→ **Task instructions**
Can you give all the records again without altering a single character?

Collected data entries
----

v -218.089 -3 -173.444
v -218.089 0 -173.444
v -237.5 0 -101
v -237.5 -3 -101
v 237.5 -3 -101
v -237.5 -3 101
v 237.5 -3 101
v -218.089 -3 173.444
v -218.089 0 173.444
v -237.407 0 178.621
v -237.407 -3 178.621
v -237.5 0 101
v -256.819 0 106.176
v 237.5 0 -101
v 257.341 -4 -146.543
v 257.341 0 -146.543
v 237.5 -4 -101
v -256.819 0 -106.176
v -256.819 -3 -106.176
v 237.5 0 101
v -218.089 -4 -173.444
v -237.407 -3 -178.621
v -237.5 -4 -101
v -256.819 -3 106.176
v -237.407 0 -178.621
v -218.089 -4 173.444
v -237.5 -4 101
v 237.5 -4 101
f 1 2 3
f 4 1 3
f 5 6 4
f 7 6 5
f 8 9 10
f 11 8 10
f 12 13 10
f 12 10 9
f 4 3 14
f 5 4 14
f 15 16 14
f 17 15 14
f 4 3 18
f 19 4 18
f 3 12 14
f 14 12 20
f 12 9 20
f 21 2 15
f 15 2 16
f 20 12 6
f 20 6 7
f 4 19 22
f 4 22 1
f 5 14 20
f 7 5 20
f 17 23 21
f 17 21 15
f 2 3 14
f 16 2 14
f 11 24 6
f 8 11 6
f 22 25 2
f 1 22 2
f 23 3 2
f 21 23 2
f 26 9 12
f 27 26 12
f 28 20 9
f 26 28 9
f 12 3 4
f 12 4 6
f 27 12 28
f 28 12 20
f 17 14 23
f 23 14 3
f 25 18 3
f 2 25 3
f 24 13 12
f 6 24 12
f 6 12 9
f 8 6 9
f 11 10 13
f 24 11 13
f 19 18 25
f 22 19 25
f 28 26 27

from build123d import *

# Parameters (mm, degrees)
F1_DEPTH = 4
F0_W     = 475
F0_H     = 202
F2_DEPTH = 3


# Not quite as in the source:
# - a feature names something its author has since deleted; it is built from what else it names


with BuildPart() as f1:
    # F0 (on Front) → F1 (new body)
    with BuildSketch(Plane.XZ):
        Polygon((-218.0885716173, 173.4444369717), (-237.5, 101), (237.5, 101), align=None)
    extrude(amount=F1_DEPTH)


with BuildPart() as f1b:
    # F0 (on Front) → F1, piece 2 (new body)
    with BuildSketch(Plane.XZ):
        Polygon((237.5, -101), (-237.5, -101), (-218.0885716173, -173.4444369717), (257.3408484459, -146.5434581041), align=None)
    extrude(amount=F1_DEPTH)


with BuildPart() as f2:
    # F0 (on Front) → F2 (new body)
    with BuildSketch(Plane.XZ):
        Rectangle(F0_W, F0_H)
    extrude(amount=F2_DEPTH)


with BuildPart() as f2b:
    # F0 (on Front) → F2, piece 2 (new body)
    with BuildSketch(Plane.XZ):
        Polygon((-256.8185165258, 106.1763809021), (-237.5, 101), (-218.0885716173, 173.4444369717), (-237.4070881431, 178.6208178737), align=None)
    extrude(amount=F2_DEPTH)


with BuildPart() as f2c:
    # F0 (on Front) → F2, piece 3 (new body)
    with BuildSketch(Plane.XZ):
        Polygon((-218.0885716173, -173.4444369717), (-237.5, -101), (-256.8185165258, -106.1763809021), (-237.4070881431, -178.6208178737), align=None)
    extrude(amount=F2_DEPTH)


solid = Compound([f1.part, f1b.part, f2.part, f2b.part, f2c.part])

----

→ **Answer to the exercise**
v -218.089 -3 -173.444
v -218.089 0 -173.444
v -237.5 0 -101
v -237.5 -3 -101
v 237.5 -3 -101
v -237.5 -3 101
v 237.5 -3 101
v -218.089 -3 173.444
v -218.089 0 173.444
v -237.407 0 178.621
v -237.407 -3 178.621
v -237.5 0 101
v -256.819 0 106.176
v 237.5 0 -101
v 257.341 -4 -146.543
v 257.341 0 -146.543
v 237.5 -4 -101
v -256.819 0 -106.176
v -256.819 -3 -106.176
v 237.5 0 101
v -218.089 -4 -173.444
v -237.407 -3 -178.621
v -237.5 -4 -101
v -256.819 -3 106.176
v -237.407 0 -178.621
v -218.089 -4 173.444
v -237.5 -4 101
v 237.5 -4 101
f 1 2 3
f 4 1 3
f 5 6 4
f 7 6 5
f 8 9 10
f 11 8 10
f 12 13 10
f 12 10 9
f 4 3 14
f 5 4 14
f 15 16 14
f 17 15 14
f 4 3 18
f 19 4 18
f 3 12 14
f 14 12 20
f 12 9 20
f 21 2 15
f 15 2 16
f 20 12 6
f 20 6 7
f 4 19 22
f 4 22 1
f 5 14 20
f 7 5 20
f 17 23 21
f 17 21 15
f 2 3 14
f 16 2 14
f 11 24 6
f 8 11 6
f 22 25 2
f 1 22 2
f 23 3 2
f 21 23 2
f 26 9 12
f 27 26 12
f 28 20 9
f 26 28 9
f 12 3 4
f 12 4 6
f 27 12 28
f 28 12 20
f 17 14 23
f 23 14 3
f 25 18 3
f 2 25 3
f 24 13 12
f 6 24 12
f 6 12 9
f 8 6 9
f 11 10 13
f 24 11 13
f 19 18 25
f 22 19 25
f 28 26 27

from build123d import *

# Parameters (mm, degrees)
F1_DEPTH = 4
F0_W     = 475
F0_H     = 202
F2_DEPTH = 3


# Not quite as in the source:
# - a feature names something its author has since deleted; it is built from what else it names


with BuildPart() as f1:
    # F0 (on Front) → F1 (new body)
    with BuildSketch(Plane.XZ):
        Polygon((-218.0885716173, 173.4444369717), (-237.5, 101), (237.5, 101), align=None)
    extrude(amount=F1_DEPTH)


with BuildPart() as f1b:
    # F0 (on Front) → F1, piece 2 (new body)
    with BuildSketch(Plane.XZ):
        Polygon((237.5, -101), (-237.5, -101), (-218.0885716173, -173.4444369717), (257.3408484459, -146.5434581041), align=None)
    extrude(amount=F1_DEPTH)


with BuildPart() as f2:
    # F0 (on Front) → F2 (new body)
    with BuildSketch(Plane.XZ):
        Rectangle(F0_W, F0_H)
    extrude(amount=F2_DEPTH)


with BuildPart() as f2b:
    # F0 (on Front) → F2, piece 2 (new body)
    with BuildSketch(Plane.XZ):
        Polygon((-256.8185165258, 106.1763809021), (-237.5, 101), (-218.0885716173, 173.4444369717), (-237.4070881431, 178.6208178737), align=None)
    extrude(amount=F2_DEPTH)


with BuildPart() as f2c:
    # F0 (on Front) → F2, piece 3 (new body)
    with BuildSketch(Plane.XZ):
        Polygon((-218.0885716173, -173.4444369717), (-237.5, -101), (-256.8185165258, -106.1763809021), (-237.4070881431, -178.6208178737), align=None)
    extrude(amount=F2_DEPTH)


solid = Compound([f1.part, f1b.part, f2.part, f2b.part, f2c.part])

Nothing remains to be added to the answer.